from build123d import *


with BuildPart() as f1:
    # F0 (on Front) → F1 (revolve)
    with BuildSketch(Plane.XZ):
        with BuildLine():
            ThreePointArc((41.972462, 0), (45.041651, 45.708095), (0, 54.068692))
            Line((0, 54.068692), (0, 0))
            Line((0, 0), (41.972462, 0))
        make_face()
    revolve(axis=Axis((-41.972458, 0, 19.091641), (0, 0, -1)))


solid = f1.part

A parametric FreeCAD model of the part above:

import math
import FreeCAD as App
import Part
import Sketcher

V = App.Vector
Q = App.Units.Quantity

doc = App.newDocument("Part")
body = doc.addObject("PartDesign::Body", "Body")

# Sketch on XZ plane
sketch1 = doc.addObject("Sketcher::SketchObject", "Sketch")
body.addObject(sketch1)
sketch1.AttachmentSupport = (doc.XZ_Plane, [""])
sketch1.MapMode = "FlatFace"
sketch1.addGeometry(Part.ArcOfCircle(Part.Circle(V(18, 25, 0), V(0, 0, 1), 34), math.radians(-46), math.radians(121)), False)
sketch1.addGeometry(Part.LineSegment(V(0, 54, 0), V(0, 0, 0)), False)
sketch1.addGeometry(Part.LineSegment(V(0, 0, 0), V(42, 0, 0)), False)
sketch1.addGeometry(Part.LineSegment(V(-42, 54, 0), V(-42, 0, 0)), True)  # axis
sketch1.addConstraint(Sketcher.Constraint("Coincident", 0, 2, 1, 1))
sketch1.addConstraint(Sketcher.Constraint("Coincident", 1, 2, 2, 1))
sketch1.addConstraint(Sketcher.Constraint("Coincident", 2, 2, 0, 1))
sketch1.addConstraint(Sketcher.Constraint("Vertical", 1))
sketch1.addConstraint(Sketcher.Constraint("Horizontal", 2))
sketch1.addConstraint(Sketcher.Constraint("Vertical", 3))
sketch1.addConstraint(Sketcher.Constraint("Coincident", 1, 2, -1, 1))
sketch1.addConstraint(Sketcher.Constraint("Symmetric", 2, 2, 3, 2, -1, 1))
sketch1.addConstraint(Sketcher.Constraint("Horizontal", 0, 2, 3, 1))
sketch1.addConstraint(Sketcher.Constraint("Radius", 0, Q("34.457437 mm")))
sketch1.addConstraint(Sketcher.Constraint("DistanceX", 2, 1, 2, 2, Q("41.972462 mm")))
sketch1.addConstraint(Sketcher.Constraint("DistanceY", 1, 2, 1, 1, Q("54.068692 mm")))
revolution = doc.addObject("PartDesign::Revolution", "Revolution")
body.addObject(revolution)
revolution.Profile = sketch1
revolution.ReferenceAxis = (sketch1, ["Axis0"])
revolution.Angle = 360

doc.recompute()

◇ ◇ ◇ ◇ ◇

> [What to produce] Using the records above, find and show each line with the string "revolve".

> [Exercise result]
    # F0 (on Front) → F1 (revolve)
    revolve(axis=Axis((-41.972458, 0, 19.091641), (0, 0, -1)))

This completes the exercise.